We compare CBL against two state-of-the-art static structures: SSHash (Pibiri, 2022), a minimal-perfect-hash-based k‑mer index, and SBWT (Alanko et al., 2023), a succinct full-text k‑mer index. Among dynamic structures we include Bifrost (Holley & Melsted, 2020), a colored de Bruijn graph supporting insertions, and BufBOSS (Alanko et al., 2021), a BWT-based de Bruijn graph with insertion/deletion buffers. We also include Rust’s HashSet (based on Google’s Swiss Tables) as a generic dynamic baseline.

11.4.1 Index construction

For our initial experiment, we built indexes on an expanding collection of bacterial genomes. We randomly selected subsets of genomes from which we computed a compacted de Bruijn graph (unitig set), doubling the subset size each time. The largest file comprised 1024 genomes and 1,574,701,184 distinct k‑mers. Time and memory usage are reported in Figure 11.6.

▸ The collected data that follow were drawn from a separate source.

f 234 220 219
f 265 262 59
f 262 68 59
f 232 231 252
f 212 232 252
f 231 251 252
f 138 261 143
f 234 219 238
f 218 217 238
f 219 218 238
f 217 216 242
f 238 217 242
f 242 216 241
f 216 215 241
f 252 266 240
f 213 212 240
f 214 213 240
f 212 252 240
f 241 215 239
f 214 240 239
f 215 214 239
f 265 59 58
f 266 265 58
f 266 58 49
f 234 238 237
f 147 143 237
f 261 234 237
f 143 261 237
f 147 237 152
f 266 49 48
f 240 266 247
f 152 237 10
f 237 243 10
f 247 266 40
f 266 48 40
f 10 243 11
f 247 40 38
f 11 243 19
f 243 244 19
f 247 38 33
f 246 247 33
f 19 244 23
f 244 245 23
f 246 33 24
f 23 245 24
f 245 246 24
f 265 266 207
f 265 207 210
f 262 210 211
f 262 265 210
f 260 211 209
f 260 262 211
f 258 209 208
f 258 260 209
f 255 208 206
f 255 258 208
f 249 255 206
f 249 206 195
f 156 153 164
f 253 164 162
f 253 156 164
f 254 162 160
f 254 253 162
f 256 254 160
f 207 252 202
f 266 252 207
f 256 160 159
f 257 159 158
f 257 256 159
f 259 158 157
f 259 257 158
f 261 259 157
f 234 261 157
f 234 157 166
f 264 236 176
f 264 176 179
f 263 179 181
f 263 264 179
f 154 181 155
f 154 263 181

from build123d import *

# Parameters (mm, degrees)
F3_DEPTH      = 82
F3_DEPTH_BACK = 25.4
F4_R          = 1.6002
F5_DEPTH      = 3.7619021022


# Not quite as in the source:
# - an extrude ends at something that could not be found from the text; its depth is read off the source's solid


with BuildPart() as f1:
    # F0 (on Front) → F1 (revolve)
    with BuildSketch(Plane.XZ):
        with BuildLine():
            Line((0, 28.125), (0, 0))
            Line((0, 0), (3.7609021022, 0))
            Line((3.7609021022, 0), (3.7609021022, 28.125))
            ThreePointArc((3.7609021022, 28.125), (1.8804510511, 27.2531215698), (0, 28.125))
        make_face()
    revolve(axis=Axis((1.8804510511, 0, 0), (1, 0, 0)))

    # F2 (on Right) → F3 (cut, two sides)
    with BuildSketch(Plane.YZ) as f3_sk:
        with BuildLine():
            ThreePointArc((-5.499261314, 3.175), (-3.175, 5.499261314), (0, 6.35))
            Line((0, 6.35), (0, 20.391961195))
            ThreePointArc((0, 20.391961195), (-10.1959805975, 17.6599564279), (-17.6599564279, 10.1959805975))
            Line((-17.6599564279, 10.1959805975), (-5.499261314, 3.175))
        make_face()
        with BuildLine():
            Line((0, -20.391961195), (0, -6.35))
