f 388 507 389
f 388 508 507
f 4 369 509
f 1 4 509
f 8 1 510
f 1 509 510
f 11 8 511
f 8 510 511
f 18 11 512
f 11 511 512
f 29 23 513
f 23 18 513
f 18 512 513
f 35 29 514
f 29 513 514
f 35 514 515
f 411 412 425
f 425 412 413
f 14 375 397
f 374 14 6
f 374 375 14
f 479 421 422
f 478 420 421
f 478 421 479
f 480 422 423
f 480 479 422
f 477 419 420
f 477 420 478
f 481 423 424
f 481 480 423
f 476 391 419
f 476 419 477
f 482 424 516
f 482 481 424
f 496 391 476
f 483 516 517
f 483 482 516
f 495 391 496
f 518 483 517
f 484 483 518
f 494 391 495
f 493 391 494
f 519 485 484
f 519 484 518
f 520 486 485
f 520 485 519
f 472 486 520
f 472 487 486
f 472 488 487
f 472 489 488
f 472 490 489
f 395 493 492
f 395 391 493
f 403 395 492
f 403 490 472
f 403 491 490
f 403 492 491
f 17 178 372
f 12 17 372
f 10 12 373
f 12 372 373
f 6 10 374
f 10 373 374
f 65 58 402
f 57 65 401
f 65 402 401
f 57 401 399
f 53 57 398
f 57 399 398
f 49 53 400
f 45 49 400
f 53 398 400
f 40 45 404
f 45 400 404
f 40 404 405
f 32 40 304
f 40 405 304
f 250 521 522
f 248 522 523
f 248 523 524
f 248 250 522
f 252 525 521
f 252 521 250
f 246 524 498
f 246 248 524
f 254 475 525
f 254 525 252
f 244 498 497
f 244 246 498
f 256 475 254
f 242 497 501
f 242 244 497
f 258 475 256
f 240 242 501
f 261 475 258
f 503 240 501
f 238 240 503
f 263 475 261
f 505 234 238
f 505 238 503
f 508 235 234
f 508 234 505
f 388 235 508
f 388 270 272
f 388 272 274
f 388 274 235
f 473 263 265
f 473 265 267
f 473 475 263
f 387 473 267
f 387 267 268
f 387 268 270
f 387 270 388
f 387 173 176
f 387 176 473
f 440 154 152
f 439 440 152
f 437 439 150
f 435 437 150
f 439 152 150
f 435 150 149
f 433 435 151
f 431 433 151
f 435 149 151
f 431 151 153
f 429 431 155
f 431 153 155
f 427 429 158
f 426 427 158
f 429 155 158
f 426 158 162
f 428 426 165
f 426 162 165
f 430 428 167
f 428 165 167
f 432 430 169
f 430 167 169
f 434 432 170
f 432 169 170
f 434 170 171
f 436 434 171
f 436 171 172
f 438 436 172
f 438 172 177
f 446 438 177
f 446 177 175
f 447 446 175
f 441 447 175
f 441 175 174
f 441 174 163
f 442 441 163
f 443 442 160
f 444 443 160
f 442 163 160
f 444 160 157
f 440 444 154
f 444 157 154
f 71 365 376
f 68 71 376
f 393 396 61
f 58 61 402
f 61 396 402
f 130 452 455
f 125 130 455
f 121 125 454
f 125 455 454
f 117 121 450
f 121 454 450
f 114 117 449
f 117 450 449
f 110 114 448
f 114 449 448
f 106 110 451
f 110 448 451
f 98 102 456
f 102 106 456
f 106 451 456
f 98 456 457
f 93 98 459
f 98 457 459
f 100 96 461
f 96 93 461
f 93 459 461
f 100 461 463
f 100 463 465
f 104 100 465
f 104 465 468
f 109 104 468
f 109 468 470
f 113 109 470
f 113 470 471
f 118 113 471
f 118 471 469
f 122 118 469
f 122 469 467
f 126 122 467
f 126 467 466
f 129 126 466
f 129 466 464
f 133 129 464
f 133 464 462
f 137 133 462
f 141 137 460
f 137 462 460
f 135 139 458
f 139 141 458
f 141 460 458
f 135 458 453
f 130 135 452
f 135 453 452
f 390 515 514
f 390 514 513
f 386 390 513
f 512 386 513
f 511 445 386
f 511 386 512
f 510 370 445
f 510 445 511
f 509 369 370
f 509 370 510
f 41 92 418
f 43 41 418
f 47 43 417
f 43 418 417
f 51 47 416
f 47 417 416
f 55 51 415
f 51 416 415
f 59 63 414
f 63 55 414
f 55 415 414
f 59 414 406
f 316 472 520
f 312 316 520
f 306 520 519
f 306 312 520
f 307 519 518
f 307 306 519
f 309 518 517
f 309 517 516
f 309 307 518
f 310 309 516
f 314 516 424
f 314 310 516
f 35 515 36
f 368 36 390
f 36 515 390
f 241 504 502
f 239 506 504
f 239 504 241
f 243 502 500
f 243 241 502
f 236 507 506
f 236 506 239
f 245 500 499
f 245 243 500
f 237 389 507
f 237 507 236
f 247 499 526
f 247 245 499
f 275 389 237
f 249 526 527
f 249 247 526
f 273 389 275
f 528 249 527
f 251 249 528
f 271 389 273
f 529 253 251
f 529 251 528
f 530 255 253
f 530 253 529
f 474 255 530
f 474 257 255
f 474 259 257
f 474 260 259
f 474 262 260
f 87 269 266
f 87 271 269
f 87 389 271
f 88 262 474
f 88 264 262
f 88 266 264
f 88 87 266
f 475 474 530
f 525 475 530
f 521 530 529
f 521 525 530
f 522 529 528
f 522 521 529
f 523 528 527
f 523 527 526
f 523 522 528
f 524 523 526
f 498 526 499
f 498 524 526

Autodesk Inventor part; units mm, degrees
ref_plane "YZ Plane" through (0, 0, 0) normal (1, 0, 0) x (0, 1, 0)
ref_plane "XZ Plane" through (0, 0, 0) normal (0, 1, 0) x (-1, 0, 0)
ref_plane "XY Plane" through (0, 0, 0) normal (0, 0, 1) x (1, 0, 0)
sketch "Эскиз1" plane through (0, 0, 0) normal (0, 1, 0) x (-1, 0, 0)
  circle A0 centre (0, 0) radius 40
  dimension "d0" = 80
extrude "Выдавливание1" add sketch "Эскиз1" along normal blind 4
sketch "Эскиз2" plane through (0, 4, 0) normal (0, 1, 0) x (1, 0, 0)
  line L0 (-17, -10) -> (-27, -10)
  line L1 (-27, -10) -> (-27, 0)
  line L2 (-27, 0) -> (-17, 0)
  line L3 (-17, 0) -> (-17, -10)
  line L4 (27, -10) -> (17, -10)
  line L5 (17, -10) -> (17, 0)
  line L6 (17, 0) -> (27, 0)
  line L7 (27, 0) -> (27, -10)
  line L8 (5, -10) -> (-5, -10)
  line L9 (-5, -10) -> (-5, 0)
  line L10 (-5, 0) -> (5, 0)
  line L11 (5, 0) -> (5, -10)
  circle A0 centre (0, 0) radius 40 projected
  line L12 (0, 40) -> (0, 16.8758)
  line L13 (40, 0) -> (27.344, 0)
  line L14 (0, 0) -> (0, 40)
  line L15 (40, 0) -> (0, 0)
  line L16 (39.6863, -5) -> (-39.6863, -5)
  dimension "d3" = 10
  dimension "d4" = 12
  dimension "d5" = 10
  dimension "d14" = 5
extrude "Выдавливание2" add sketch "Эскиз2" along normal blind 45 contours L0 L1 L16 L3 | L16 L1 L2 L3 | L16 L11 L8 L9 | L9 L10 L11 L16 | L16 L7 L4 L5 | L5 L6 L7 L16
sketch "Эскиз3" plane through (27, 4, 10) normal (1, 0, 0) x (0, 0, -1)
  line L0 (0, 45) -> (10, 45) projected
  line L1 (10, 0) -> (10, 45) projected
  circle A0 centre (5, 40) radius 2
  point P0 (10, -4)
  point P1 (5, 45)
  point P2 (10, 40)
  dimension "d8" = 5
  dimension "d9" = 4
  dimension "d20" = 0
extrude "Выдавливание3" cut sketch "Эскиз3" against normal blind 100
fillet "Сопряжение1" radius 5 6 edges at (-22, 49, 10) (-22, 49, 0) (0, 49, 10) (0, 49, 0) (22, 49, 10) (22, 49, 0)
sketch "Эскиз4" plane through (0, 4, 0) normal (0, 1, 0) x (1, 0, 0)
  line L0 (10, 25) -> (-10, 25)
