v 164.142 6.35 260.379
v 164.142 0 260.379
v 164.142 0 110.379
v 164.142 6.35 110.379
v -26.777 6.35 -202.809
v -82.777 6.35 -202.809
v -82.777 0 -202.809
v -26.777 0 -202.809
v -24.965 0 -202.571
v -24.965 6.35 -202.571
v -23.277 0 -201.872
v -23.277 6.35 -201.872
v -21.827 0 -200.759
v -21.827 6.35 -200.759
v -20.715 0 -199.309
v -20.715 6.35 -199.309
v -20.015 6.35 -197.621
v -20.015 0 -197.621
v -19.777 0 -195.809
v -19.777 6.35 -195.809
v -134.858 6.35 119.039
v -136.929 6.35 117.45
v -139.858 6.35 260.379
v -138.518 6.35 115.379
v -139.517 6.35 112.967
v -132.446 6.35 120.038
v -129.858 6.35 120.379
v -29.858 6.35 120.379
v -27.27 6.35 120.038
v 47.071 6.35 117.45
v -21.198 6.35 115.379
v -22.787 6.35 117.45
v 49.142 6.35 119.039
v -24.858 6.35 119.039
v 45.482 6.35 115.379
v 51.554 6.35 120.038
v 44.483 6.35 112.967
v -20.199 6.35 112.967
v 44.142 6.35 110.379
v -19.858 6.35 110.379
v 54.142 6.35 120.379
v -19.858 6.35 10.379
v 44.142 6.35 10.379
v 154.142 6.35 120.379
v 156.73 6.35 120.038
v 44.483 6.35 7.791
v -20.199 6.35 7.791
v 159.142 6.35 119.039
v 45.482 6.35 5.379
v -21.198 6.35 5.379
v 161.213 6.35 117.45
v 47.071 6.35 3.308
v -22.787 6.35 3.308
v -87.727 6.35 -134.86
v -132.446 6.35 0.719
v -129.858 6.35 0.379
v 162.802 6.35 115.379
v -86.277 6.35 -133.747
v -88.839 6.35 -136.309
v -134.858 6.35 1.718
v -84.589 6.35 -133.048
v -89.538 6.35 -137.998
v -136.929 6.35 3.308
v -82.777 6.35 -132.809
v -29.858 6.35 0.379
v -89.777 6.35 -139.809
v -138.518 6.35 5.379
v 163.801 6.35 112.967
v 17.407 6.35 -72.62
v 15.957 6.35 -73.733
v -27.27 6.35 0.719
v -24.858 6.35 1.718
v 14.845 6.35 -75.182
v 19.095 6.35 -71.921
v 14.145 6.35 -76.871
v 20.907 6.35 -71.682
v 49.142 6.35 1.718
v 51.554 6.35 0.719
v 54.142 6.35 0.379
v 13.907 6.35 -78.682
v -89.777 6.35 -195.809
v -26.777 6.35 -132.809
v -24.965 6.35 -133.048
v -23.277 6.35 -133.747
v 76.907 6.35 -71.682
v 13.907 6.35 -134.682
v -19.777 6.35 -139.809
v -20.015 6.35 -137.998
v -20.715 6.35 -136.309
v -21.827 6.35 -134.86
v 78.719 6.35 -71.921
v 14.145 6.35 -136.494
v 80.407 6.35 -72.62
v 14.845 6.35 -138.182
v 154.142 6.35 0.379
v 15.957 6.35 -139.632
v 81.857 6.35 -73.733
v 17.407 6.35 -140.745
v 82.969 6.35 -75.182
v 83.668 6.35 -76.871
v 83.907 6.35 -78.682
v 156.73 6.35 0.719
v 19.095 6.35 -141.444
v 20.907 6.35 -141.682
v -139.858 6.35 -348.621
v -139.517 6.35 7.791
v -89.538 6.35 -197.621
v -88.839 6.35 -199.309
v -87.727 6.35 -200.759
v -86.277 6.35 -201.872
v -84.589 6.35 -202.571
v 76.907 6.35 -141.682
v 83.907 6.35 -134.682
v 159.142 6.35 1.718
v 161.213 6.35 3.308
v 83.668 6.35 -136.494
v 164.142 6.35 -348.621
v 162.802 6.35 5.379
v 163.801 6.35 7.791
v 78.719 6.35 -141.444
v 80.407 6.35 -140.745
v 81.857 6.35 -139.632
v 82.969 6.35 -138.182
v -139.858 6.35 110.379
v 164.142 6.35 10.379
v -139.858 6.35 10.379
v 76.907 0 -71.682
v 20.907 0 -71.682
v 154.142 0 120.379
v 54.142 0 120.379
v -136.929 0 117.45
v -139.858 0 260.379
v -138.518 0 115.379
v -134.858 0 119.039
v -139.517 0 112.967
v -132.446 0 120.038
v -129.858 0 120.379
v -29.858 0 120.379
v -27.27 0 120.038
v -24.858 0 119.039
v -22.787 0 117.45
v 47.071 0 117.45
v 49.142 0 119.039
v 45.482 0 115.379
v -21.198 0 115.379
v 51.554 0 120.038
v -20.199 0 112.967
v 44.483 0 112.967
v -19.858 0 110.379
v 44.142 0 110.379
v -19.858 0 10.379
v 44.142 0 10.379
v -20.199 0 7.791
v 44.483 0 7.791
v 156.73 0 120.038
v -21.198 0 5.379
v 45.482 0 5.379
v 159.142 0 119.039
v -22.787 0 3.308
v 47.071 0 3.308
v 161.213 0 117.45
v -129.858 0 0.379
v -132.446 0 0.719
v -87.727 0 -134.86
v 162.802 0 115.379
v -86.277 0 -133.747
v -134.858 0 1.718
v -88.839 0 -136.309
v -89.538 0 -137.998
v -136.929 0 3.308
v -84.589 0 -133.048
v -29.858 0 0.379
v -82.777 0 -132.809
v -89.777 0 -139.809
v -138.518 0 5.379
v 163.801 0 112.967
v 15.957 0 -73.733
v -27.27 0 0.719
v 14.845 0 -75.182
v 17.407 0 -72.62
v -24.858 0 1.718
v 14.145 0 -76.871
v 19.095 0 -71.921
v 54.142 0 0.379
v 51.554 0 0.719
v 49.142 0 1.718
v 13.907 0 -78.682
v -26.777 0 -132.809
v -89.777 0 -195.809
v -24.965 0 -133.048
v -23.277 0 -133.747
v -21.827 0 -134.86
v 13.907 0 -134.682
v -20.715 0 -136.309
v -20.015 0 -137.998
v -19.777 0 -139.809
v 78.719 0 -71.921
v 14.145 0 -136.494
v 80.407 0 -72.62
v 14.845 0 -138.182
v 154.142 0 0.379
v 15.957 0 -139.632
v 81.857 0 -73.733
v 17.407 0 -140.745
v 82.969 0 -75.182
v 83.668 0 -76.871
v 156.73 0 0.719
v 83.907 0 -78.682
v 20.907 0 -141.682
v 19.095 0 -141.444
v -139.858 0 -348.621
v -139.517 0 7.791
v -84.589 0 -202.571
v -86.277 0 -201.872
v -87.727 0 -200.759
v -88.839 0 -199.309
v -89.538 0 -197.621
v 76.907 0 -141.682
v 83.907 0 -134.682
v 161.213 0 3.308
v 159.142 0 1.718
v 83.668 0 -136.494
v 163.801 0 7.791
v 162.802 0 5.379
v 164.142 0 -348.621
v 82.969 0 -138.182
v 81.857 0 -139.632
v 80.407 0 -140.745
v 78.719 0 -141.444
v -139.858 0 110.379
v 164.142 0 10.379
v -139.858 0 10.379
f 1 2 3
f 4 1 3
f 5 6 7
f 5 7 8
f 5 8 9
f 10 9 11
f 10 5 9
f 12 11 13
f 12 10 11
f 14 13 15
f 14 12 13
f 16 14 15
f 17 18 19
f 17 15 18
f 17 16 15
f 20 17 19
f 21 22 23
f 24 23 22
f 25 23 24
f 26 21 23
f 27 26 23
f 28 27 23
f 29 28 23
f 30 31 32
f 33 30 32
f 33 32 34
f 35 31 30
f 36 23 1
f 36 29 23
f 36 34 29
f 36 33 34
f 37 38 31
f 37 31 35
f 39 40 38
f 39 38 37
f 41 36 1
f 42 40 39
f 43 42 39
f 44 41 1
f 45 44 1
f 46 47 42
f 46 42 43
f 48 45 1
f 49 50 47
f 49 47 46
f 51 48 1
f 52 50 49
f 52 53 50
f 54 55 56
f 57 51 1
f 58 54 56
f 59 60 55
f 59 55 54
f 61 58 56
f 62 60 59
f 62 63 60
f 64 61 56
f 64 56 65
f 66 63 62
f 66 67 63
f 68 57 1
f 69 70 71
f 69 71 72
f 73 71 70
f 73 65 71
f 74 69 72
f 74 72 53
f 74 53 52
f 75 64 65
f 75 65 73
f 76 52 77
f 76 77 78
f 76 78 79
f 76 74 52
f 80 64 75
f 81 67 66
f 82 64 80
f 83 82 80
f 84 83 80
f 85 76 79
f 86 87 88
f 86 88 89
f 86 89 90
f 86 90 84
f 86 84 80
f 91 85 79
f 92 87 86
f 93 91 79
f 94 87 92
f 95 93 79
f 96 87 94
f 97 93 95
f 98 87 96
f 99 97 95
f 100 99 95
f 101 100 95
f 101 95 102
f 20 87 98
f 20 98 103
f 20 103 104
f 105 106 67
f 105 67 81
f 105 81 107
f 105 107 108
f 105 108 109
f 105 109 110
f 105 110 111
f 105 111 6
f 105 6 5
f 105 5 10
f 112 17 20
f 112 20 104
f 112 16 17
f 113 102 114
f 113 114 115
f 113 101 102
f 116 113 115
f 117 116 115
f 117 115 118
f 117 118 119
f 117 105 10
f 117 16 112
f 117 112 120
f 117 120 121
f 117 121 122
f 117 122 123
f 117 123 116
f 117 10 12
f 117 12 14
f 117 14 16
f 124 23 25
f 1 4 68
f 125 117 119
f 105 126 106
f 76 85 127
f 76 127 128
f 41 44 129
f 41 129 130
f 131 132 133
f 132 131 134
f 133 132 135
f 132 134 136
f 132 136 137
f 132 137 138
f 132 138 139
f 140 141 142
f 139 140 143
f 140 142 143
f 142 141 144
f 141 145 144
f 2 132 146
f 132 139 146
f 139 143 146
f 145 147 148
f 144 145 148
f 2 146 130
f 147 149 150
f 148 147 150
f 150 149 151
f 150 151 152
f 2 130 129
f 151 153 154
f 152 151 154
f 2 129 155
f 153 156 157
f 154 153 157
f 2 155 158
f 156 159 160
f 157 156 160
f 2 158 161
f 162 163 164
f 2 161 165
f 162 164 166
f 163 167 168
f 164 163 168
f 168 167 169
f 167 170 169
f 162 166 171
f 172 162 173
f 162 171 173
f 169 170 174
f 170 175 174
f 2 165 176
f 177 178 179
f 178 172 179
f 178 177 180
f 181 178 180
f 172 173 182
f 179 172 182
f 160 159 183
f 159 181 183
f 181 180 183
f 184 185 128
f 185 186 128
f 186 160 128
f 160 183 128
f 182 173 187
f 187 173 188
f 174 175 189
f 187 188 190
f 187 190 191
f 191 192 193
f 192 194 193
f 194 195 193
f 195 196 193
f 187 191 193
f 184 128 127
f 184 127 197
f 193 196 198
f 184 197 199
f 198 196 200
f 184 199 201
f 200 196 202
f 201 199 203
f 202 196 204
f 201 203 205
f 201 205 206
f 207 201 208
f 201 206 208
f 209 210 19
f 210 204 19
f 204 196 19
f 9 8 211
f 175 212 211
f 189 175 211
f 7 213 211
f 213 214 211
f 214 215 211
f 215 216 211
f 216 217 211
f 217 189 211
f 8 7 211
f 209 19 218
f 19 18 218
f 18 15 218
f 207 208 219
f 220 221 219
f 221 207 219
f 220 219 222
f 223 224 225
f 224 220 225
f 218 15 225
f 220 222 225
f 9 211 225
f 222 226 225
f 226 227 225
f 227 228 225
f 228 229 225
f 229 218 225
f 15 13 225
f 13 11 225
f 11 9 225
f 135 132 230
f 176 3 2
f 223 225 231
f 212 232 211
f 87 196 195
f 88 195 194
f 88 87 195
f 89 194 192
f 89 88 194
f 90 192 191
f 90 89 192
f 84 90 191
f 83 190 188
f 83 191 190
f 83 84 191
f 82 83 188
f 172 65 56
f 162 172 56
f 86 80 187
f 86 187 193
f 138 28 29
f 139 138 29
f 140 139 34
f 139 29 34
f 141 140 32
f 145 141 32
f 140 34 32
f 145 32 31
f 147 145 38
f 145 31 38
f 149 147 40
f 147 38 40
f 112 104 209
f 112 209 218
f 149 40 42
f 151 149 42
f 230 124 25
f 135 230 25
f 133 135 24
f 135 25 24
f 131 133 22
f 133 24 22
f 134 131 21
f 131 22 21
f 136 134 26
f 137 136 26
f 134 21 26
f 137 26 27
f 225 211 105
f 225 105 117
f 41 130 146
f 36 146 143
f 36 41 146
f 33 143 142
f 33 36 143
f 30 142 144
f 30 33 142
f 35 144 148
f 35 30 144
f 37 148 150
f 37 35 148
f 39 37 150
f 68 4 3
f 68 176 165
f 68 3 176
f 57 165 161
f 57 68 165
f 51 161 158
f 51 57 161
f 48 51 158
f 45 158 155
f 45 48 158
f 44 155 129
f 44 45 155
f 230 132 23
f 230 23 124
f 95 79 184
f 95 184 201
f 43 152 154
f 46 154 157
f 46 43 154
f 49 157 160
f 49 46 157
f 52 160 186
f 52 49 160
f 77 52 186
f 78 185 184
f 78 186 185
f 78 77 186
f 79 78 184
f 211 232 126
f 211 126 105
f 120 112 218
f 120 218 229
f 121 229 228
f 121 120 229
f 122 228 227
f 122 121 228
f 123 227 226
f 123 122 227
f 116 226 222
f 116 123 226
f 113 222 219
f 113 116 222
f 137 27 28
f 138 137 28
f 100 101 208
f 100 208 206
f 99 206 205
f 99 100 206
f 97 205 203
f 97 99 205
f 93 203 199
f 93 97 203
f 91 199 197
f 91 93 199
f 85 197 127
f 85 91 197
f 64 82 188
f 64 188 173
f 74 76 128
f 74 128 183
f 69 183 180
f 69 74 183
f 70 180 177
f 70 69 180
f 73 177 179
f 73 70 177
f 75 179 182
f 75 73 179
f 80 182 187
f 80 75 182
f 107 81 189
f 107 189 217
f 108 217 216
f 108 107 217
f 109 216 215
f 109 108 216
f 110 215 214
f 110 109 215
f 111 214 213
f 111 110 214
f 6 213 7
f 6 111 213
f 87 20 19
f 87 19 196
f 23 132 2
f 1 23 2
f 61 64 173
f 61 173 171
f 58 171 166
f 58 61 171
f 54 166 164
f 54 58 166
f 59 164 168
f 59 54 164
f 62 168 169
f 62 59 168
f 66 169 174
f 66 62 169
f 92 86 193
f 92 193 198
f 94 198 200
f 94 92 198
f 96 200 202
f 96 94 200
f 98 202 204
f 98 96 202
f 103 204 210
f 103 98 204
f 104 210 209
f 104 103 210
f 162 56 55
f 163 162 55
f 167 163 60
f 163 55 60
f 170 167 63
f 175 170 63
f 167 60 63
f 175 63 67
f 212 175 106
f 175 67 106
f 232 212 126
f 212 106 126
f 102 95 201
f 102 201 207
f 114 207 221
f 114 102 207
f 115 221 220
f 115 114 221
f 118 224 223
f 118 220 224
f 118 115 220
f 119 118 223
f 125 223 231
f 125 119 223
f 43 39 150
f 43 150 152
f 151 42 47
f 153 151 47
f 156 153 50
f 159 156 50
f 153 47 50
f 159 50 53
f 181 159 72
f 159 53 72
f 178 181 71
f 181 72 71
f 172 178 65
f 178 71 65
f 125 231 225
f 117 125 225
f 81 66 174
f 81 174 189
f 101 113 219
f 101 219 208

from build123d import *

# Parameters (mm, degrees)
SKETCH1_W           = 304
SKETCH1_H           = 609
BOSS_EXTRUDE1_DEPTH = 6.35
CUT_EXTRUDE1_DEPTH  = 386.382582119
CUT_EXTRUDE3_DEPTH  = 386.382582119


with BuildPart() as part:
    # Sketch1 → Boss-Extrude1 (new body)
    with BuildSketch(Plane(origin=(0, 0, 0), x_dir=(1, 0, 0), z_dir=(0, 1, 0))):
        with Locations((12.142011834, 44.121301775)):
            Rectangle(SKETCH1_W, SKETCH1_H)
    extrude(amount=BOSS_EXTRUDE1_DEPTH)

    # Sketch3 → Cut-Extrude1 (cut, through all)
    with BuildSketch(Plane(origin=(0, 6.35, 0), x_dir=(1, 0, 0), z_dir=(0, 1, 0))):
        with BuildLine():
            Line((154.142011834, -120.378698225), (54.142011834, -120.378698225))
            ThreePointArc((54.142011834, -120.378698225), (47.070944022, -117.449766037), (44.142011834, -110.378698225))
            Line((44.142011834, -110.378698225), (44.142011834, -10.378698225))
            ThreePointArc((44.142011834, -10.378698225), (47.070944022, -3.307630413), (54.142011834, -0.378698225))
            Line((54.142011834, -0.378698225), (154.142011834, -0.378698225))
            ThreePointArc((154.142011834, -0.378698225), (161.213079646, -3.307630413), (164.142011834, -10.378698225))
            Line((164.142011834, -10.378698225), (164.142011834, -110.378698225))
            ThreePointArc((164.142011834, -110.378698225), (161.213079646, -117.449766037), (154.142011834, -120.378698225))
        make_face()
        with BuildLine():
            Line((-129.857988166, -120.378698225), (-29.857988166, -120.378698225))
            ThreePointArc((-29.857988166, -120.378698225), (-22.786920354, -117.449766037), (-19.857988166, -110.378698225))
            Line((-19.857988166, -110.378698225), (-19.857988166, -10.378698225))
            ThreePointArc((-19.857988166, -10.378698225), (-22.786920354, -3.307630413), (-29.857988166, -0.378698225))
            Line((-29.857988166, -0.378698225), (-129.857988166, -0.378698225))
            ThreePointArc((-129.857988166, -0.378698225), (-136.929055978, -3.307630413), (-139.857988166, -10.378698225))
            Line((-139.857988166, -10.378698225), (-139.857988166, -110.378698225))
            ThreePointArc((-139.857988166, -110.378698225), (-136.929055978, -117.449766037), (-129.857988166, -120.378698225))
        make_face()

SSHash is the best overall performer in terms of construction speed and memory, but it is static and requires duplicate-free input. HashSet is similarly fast but uses more memory. CBL is slightly slower than both while matching SSHash’s memory footprint. SBWT is slower than these three despite being static, with memory comparable to HashSet. Bifrost is significantly slower but equally memory-efficient to SSHash and CBL. BufBOSS is the slowest and most memory-intensive tool.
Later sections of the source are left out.